Connections to the Curriculum:
Geography, science
Connections to the National Geography Standards:
Standard 15: "How physical systems affect human systems"
Three hours

Materials Required:
  • Computer with Internet access
  • Various art supplies, including a shoe box for each student
Students will
  • define words associated with disasters;
  • demonstrate an understanding of the impact different types of disasters might have on their environment;
  • describe in writing what they have learned about the specific disasters they have studied;
  • create and analyze their own disaster plans; and
  • analyze their character traits, to see which characteristics they may share with certain natural disasters.
Geographic Skills:
Asking Geographic Questions
Acquiring Geographic Information
Answering Geographic Questions
Analyzing Geographic Information

S u g g e s t e d   P r o c e d u r e
Tell the class that you are going to break the class into disaster teams. The catch is that they are going to be the disasters. Divide the class into five groups, each representing one kind of natural disaster:
  • Earthquakes
  • Volcanoes
  • Tsunamis
  • Mudslides
  • Forest fires
Ask each team to describe what its effect(s) would be, if it were to take over the classroom. Make sure the team describes how the damage took place, instead of focusing on the aftermath. For example, an earthquake might start out slow, and then continue to rumble for a set amount of time. Perhaps there are aftershocks as well, making the damage even worse.
Link the classroom computer(s) to Xpedition Hall's Living Landscapes , and have students read the text (or you can read the text aloud to them). Have all students read the text for each disaster, not just the one for their team. When each student has completed the Xpedition, have them send a postcard to the teacher describing which type of disaster seems to have had the greatest impact.

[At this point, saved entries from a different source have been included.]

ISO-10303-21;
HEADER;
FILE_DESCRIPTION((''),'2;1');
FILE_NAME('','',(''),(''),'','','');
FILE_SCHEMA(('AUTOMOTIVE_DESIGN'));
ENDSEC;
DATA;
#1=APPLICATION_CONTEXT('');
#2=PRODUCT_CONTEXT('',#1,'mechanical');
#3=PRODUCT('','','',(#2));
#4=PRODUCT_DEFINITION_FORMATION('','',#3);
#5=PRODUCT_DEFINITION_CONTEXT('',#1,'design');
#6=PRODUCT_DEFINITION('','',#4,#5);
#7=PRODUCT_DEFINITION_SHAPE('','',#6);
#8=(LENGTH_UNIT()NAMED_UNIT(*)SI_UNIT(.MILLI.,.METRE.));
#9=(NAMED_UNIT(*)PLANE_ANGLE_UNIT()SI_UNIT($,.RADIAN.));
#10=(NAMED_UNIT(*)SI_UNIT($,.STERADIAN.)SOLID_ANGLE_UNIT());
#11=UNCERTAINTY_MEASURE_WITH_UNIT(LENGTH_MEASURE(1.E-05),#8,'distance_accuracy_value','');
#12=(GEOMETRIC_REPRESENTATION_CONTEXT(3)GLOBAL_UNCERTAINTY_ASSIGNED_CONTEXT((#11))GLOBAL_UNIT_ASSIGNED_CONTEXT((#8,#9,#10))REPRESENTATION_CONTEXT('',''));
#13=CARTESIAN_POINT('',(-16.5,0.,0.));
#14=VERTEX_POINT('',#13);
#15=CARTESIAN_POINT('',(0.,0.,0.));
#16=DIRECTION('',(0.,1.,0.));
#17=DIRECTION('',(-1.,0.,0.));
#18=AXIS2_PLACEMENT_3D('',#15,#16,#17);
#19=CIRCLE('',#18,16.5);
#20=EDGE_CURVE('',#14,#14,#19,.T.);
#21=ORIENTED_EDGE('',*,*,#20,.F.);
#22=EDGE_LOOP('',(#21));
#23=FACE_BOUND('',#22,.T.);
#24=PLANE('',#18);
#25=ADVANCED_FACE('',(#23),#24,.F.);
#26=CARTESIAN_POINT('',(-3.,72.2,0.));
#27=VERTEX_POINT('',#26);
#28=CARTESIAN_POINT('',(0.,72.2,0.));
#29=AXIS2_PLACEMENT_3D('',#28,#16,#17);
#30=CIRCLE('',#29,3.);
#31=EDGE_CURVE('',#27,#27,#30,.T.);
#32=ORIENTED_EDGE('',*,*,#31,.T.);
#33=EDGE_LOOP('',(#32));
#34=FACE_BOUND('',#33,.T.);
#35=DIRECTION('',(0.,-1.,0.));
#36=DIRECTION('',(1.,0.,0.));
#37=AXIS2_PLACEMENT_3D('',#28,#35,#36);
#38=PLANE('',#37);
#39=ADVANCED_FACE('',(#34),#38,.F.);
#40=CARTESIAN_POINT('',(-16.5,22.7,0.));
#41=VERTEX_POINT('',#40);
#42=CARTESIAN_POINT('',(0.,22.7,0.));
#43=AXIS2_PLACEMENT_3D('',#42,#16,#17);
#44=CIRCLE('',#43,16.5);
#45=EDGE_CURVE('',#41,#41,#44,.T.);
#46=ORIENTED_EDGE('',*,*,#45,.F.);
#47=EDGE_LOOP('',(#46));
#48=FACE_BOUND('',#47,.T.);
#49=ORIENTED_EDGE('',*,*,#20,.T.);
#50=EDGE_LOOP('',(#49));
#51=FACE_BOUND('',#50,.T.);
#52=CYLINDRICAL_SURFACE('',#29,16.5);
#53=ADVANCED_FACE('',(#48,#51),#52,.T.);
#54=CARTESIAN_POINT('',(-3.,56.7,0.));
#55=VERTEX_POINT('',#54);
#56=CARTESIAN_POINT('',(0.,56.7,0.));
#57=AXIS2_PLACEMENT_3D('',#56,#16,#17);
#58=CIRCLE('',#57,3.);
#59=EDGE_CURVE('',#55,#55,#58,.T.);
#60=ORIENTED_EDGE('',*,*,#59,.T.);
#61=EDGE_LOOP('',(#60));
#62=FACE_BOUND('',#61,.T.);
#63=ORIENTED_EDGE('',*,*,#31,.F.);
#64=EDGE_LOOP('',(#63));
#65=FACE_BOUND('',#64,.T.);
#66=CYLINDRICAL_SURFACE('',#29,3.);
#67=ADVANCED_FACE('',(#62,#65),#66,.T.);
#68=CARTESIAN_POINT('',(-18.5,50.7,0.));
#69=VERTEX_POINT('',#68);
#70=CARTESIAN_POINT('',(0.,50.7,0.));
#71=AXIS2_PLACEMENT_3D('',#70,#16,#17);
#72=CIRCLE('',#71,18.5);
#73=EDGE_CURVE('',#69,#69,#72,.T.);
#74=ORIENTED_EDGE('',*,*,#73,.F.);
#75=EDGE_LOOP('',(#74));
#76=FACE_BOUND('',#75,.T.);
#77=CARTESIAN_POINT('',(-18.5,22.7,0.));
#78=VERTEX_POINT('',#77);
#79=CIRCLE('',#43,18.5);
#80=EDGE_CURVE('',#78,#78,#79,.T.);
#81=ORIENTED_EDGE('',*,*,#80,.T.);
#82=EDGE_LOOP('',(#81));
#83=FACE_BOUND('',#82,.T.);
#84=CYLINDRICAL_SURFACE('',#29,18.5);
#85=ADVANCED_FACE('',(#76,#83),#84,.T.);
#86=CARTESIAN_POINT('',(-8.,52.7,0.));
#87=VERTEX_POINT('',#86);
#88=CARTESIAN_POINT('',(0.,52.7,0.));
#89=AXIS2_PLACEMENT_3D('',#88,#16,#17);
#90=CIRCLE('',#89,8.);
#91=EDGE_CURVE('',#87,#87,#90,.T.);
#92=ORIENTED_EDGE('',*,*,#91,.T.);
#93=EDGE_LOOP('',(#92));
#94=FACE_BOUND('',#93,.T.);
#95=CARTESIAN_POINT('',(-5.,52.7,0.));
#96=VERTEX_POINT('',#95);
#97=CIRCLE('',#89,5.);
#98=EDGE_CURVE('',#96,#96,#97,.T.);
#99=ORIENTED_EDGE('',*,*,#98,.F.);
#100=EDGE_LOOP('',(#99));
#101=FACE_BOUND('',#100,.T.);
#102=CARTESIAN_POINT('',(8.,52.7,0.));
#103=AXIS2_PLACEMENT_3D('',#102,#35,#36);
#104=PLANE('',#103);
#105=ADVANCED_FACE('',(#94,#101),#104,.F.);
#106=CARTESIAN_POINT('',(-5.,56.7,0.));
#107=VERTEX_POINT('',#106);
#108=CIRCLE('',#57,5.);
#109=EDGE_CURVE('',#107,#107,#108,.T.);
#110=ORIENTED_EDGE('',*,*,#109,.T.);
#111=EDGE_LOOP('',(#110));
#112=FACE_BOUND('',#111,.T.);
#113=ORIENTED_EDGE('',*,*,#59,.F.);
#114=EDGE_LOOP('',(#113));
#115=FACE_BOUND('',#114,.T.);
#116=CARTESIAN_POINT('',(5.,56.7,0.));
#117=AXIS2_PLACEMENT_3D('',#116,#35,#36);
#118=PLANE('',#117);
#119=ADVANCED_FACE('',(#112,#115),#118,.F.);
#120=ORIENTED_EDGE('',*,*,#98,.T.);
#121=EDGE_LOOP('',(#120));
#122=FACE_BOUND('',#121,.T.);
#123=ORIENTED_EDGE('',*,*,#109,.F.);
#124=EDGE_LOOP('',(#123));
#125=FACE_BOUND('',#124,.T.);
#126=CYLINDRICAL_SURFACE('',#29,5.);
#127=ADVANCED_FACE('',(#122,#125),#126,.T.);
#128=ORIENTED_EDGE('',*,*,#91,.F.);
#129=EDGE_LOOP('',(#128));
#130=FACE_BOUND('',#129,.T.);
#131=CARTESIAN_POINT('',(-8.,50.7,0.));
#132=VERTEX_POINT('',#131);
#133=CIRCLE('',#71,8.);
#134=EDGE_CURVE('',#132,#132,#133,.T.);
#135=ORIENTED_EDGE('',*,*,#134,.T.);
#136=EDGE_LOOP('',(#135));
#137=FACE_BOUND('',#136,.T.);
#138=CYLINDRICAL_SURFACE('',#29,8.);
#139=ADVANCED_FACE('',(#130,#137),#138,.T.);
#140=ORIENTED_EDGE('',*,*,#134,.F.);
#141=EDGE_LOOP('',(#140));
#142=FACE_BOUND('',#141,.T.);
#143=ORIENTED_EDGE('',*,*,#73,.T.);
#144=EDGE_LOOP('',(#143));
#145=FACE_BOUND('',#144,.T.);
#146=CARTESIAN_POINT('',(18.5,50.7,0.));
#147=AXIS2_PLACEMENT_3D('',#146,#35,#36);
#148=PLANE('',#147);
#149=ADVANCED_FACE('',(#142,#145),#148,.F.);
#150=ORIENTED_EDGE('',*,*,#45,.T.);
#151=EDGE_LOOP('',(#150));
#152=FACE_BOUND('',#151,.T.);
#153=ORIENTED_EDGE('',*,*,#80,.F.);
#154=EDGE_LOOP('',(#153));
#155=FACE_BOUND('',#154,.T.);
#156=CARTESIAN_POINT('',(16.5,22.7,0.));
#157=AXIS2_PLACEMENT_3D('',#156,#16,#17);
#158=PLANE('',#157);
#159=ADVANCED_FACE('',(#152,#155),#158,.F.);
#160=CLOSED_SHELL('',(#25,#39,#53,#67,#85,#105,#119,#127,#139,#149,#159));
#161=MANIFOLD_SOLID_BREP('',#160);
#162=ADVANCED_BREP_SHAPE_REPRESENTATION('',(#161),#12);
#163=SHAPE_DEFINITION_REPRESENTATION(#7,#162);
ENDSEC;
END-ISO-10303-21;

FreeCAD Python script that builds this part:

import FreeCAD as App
import Part
import Sketcher
from FreeCAD import Vector
Q = App.Units.Quantity


def add_polygon(sketch, points):
    """Adds a closed chain of lines whose ends are joined by coincident constraints."""
    first, n = sketch.GeometryCount, len(points)
    for a, b in zip(points, points[1:] + points[:1]):
        sketch.addGeometry(Part.LineSegment(App.Vector(*a, 0), App.Vector(*b, 0)), False)
    for i in range(n):
        sketch.addConstraint(Sketcher.Constraint("Coincident", first + i, 2, first + (i + 1) % n, 1))

doc = App.newDocument("Part")
body = doc.addObject("PartDesign::Body", "Body")

sketch1 = body.newObject("Sketcher::SketchObject", "Sketch")
sketch1.AttachmentSupport = (doc.getObject("XY_Plane"), [""])
sketch1.MapMode = "FlatFace"
add_polygon(sketch1, [(0, 0), (16.5, 0), (16.5, 22.7), (18.5, 22.7), (18.5, 50.7), (8, 50.7), (8, 52.7), (5, 52.7), (5, 56.7), (3, 56.7), (3, 72.2), (0, 72.2)])
sketch1.addConstraint([
    Sketcher.Constraint("Horizontal", 0),
    Sketcher.Constraint("Vertical", 1),
    Sketcher.Constraint("Horizontal", 2),
    Sketcher.Constraint("Vertical", 3),
    Sketcher.Constraint("Horizontal", 4),
    Sketcher.Constraint("Vertical", 5),
    Sketcher.Constraint("Horizontal", 6),
    Sketcher.Constraint("Vertical", 7),
    Sketcher.Constraint("Horizontal", 8),
    Sketcher.Constraint("Vertical", 9),
    Sketcher.Constraint("Horizontal", 10),
    Sketcher.Constraint("Vertical", 11),
    Sketcher.Constraint("Coincident", 11, 2, -1, 1),
    Sketcher.Constraint("Equal", 2, 8),
    Sketcher.Constraint("Equal", 6, 10),
    Sketcher.Constraint("Equal", 8, 5),
    Sketcher.Constraint("DistanceX", 2, 1, 2, 2, Q("2 mm")),
    Sketcher.Constraint("DistanceX", 6, 2, 6, 1, Q("3 mm")),
    Sketcher.Constraint("DistanceY", 3, 1, 3, 2, Q("28 mm")),
    Sketcher.Constraint("DistanceY", 7, 1, 7, 2, Q("4 mm")),
    Sketcher.Constraint("DistanceX", 0, 1, 0, 2, Q("16.5 mm")),
    Sketcher.Constraint("DistanceY", 1, 1, 1, 2, Q("22.7 mm")),
    Sketcher.Constraint("DistanceY", 9, 1, 9, 2, Q("15.5 mm")),
])
revolution = body.newObject("PartDesign::Revolution", "Revolution")
revolution.Profile = sketch1
revolution.ReferenceAxis = (sketch1, ["V_Axis"])
revolution.Angle = 360

doc.recompute()
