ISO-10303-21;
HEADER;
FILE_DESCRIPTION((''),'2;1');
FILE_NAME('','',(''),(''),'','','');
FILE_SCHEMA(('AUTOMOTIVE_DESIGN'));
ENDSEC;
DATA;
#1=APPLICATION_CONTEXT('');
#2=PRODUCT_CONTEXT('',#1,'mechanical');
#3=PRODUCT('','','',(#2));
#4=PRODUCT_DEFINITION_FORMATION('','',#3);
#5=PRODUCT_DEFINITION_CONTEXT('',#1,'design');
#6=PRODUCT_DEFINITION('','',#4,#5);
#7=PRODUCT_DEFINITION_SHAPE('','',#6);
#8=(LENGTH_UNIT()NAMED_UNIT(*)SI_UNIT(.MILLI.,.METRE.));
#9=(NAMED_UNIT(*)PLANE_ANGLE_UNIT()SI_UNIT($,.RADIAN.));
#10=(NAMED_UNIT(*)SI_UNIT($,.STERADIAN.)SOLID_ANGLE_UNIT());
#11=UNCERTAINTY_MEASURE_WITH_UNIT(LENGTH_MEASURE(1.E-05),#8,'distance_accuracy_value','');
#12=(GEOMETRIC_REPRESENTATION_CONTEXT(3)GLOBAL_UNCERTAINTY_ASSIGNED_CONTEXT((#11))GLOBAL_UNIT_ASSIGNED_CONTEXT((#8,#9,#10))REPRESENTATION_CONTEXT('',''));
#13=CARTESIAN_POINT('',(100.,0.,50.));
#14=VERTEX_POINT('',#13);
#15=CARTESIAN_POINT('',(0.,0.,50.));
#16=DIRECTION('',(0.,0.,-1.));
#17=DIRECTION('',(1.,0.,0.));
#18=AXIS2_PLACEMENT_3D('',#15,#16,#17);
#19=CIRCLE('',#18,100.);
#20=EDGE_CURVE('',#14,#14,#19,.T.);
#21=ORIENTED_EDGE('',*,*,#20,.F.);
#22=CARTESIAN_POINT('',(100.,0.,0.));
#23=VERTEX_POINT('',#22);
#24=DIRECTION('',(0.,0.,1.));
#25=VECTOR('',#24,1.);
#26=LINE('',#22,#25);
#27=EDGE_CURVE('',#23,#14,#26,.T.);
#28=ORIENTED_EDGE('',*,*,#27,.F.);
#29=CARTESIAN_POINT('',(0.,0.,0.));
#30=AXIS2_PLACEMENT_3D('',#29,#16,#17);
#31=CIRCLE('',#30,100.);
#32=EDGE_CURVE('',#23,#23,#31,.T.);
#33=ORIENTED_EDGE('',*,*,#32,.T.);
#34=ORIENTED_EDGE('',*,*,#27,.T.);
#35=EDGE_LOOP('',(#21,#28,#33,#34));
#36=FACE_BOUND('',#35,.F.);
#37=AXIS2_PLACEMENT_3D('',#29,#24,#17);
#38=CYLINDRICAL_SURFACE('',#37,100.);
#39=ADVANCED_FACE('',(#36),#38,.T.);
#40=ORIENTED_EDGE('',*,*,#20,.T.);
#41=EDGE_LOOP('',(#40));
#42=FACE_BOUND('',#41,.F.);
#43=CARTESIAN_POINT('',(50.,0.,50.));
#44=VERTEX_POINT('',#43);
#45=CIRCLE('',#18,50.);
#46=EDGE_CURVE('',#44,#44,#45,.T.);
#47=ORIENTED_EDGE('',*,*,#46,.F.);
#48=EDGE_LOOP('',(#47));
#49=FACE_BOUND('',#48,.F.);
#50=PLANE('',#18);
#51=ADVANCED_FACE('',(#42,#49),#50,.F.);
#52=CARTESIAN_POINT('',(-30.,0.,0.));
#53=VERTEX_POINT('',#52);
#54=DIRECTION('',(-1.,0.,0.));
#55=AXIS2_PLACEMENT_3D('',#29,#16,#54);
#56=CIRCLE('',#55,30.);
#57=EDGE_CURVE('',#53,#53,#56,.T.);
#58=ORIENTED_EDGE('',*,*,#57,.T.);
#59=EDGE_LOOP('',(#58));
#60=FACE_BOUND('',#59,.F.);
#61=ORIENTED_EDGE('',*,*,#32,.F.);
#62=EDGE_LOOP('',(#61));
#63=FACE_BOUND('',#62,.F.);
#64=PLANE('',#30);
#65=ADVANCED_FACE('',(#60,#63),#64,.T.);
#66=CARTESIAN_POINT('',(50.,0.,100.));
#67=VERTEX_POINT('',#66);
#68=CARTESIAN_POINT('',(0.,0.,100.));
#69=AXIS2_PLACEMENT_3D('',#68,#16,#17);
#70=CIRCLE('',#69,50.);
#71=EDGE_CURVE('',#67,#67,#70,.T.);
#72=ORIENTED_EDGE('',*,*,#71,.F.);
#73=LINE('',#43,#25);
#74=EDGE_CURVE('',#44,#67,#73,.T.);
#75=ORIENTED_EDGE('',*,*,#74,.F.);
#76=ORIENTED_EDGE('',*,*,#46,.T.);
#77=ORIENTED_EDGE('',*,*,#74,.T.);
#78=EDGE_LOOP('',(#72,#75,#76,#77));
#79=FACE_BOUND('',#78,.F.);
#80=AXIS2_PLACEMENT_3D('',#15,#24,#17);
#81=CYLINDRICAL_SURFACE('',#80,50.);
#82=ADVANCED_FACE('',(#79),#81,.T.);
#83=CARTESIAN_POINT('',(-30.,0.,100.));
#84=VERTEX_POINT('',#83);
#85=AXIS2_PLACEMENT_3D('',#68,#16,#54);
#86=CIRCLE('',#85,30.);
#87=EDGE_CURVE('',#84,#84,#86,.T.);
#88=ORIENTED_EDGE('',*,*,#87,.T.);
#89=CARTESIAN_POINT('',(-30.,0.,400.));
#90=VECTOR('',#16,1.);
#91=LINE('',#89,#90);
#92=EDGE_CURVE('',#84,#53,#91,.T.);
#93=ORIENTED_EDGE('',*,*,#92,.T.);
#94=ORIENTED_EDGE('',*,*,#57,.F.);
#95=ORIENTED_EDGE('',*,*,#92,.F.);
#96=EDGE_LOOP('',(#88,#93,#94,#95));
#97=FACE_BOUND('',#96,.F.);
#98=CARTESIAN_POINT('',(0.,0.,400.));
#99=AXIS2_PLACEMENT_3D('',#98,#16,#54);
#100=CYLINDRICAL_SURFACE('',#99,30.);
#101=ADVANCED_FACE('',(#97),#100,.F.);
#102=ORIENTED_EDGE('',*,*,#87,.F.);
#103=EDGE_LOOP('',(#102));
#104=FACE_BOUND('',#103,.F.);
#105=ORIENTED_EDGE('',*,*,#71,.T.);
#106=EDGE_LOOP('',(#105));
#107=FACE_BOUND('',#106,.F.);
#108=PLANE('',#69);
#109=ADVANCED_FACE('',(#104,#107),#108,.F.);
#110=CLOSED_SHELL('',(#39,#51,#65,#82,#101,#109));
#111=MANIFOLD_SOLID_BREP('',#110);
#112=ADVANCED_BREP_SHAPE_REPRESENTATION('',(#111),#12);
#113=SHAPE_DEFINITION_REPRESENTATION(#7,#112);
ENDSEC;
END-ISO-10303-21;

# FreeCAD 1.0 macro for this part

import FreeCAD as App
import Part
import Sketcher


def add_polygon(sketch, points):
    """Adds a closed chain of lines whose ends are joined by coincident constraints."""
    first, n = sketch.GeometryCount, len(points)
    for a, b in zip(points, points[1:] + points[:1]):
        sketch.addGeometry(Part.LineSegment(App.Vector(*a, 0), App.Vector(*b, 0)), False)
    for i in range(n):
        sketch.addConstraint(Sketcher.Constraint("Coincident", first + i, 2, first + (i + 1) % n, 1))

doc = App.newDocument("Part")
body = doc.addObject("PartDesign::Body", "Body")

# Sketch on XZ plane
sketch1 = body.newObject("Sketcher::SketchObject", "Sketch")
sketch1.AttachmentSupport = (doc.getObject("XZ_Plane"), [""])
sketch1.MapMode = "FlatFace"
add_polygon(sketch1, [(0, 100), (0, 0), (100, 0), (100, 50), (50, 50), (50, 100)])  # lines 0-5
sketch1.addConstraint([
    Sketcher.Constraint("Vertical", 0),
    Sketcher.Constraint("Horizontal", 1),
    Sketcher.Constraint("Vertical", 2),
    Sketcher.Constraint("Horizontal", 3),
    Sketcher.Constraint("Vertical", 4),
    Sketcher.Constraint("Horizontal", 5),
    Sketcher.Constraint("Coincident", 0, 2, -1, 1),
    Sketcher.Constraint("Equal", 3, 5),
    Sketcher.Constraint("Equal", 1, 0),
    Sketcher.Constraint("Equal", 5, 2),
    Sketcher.Constraint("DistanceX", 1, 1, 1, 2, 100.0),
])
revolution = body.newObject("PartDesign::Revolution", "Revolution")
revolution.Profile = sketch1
revolution.ReferenceAxis = (sketch1, ["V_Axis"])
revolution.Angle = 360

# Sketch on XY plane
sketch2 = body.newObject("Sketcher::SketchObject", "Sketch001")
sketch2.AttachmentSupport = (doc.getObject("XY_Plane"), [""])
sketch2.MapMode = "FlatFace"
sketch2.AttachmentOffset = App.Placement(App.Vector(0, 0, 100), App.Rotation())
sketch2.addGeometry(Part.Circle(App.Vector(0, 0, 0), App.Vector(0, 0, 1), 30), False)
sketch2.addConstraint([
    Sketcher.Constraint("Coincident", 0, 3, -1, 1),
    Sketcher.Constraint("Diameter", 0, 60.0),
])
doc.recompute()
hole = body.newObject("PartDesign::Hole", "Hole")
hole.Profile = sketch2
hole.ThreadType = "None"
hole.Diameter = 60
hole.DepthType = "ThroughAll"

doc.recompute()
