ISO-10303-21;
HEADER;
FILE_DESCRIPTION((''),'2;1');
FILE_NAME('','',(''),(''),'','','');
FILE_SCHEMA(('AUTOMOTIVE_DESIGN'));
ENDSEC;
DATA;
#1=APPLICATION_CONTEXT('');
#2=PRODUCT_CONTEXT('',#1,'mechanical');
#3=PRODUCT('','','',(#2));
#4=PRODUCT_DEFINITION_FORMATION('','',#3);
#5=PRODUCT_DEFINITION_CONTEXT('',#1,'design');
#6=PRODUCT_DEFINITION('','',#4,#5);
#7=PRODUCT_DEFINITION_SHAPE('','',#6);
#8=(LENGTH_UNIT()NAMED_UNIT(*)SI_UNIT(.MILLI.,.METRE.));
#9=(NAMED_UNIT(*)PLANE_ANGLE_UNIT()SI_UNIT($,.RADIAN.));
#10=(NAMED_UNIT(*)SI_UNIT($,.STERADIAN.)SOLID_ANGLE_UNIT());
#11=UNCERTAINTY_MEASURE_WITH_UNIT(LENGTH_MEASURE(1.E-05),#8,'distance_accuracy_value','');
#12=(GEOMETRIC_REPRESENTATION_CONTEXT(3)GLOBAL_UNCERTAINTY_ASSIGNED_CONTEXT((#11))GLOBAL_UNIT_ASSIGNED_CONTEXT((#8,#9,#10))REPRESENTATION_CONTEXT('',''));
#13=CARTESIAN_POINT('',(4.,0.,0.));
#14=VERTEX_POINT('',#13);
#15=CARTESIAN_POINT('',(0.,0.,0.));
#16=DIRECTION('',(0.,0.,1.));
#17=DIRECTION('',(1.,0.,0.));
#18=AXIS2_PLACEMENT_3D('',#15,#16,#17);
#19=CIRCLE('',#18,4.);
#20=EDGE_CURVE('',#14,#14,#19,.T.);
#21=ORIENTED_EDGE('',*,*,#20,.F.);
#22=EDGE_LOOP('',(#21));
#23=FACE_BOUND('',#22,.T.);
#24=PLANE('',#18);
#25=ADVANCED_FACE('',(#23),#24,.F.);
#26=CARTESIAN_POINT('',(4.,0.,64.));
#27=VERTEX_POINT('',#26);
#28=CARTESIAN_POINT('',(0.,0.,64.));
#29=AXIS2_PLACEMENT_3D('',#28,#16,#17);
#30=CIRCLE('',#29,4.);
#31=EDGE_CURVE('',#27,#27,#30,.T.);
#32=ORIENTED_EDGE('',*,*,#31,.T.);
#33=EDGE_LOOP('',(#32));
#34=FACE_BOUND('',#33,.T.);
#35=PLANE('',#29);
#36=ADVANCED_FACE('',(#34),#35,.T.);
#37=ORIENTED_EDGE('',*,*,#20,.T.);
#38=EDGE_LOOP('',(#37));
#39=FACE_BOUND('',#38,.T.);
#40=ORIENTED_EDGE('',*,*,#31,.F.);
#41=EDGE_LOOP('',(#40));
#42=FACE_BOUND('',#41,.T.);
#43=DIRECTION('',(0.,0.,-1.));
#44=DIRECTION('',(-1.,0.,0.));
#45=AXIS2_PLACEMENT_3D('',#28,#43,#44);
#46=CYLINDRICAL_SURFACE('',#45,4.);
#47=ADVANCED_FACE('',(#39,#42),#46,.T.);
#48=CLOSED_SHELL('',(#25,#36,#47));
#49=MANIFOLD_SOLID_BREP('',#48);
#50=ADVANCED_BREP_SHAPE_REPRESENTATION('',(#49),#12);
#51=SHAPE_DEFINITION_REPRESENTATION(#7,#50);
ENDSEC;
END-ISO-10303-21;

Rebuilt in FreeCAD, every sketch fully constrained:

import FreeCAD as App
import Part
import Sketcher

V = App.Vector

doc = App.newDocument("Part")
body = doc.addObject("PartDesign::Body", "Body")

sketch1 = body.newObject("Sketcher::SketchObject", "Sketch")
sketch1.AttachmentSupport = (doc.getObject("XY_Plane"), [""])
sketch1.MapMode = "FlatFace"
sketch1.addGeometry(Part.Circle(V(0, 0, 0), V(0, 0, 1), 4), False)
sketch1.addConstraint([
    Sketcher.Constraint("Coincident", 0, 3, -1, 1),
    Sketcher.Constraint("Diameter", 0, 8.0),
])
pad1 = body.newObject("PartDesign::Pad", "Pad")
pad1.Profile = sketch1
pad1.Length = 64

doc.recompute()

A sample might read: I would hate to have lived in Hawaii in 1946, when a huge tsunami hit Hilo! It is hard to believe that an underwater earthquake thousands of miles away could have killed more than 150 people. With other disasters, it seems like you have a little more warning. Even if people in my family survived, the village would have needed to be totally rebuilt.

Remind students that there are certain things they can do to protect themselves in the event of a disaster. While it is not possible to avoid all danger, many families have a disaster plan. Have students visit the Federal Emergency Management Agency's FEMA for Kids site for ideas about how to prepare for the unexpected.
Suggested Student Assessment:
No matter which team they were with, ask students to use their shoe boxes to create a diorama of a town that has been devastated by the disaster of their choice. Ask them to make sure their models match the type of disaster represented. Each student should also write a one-paragraph description of the town, and what impact the disaster had on it. The diorama should focus on the specific disaster, such as water damage due to a tsunami or crumbling buildings due to an earthquake.
Extending the Lesson:
Ask students if there are any ways they are like the disaster they chose above. Do they tend to surprise people, like a tsunami, or do they finish something and then want to go back to make another change, like the aftershock of an earthquake? Have the students take this quiz , which is based more on fun than science or psychology.

Do students feel they were on the right team? How many of each were in the class? Create a bar graph to chart the results.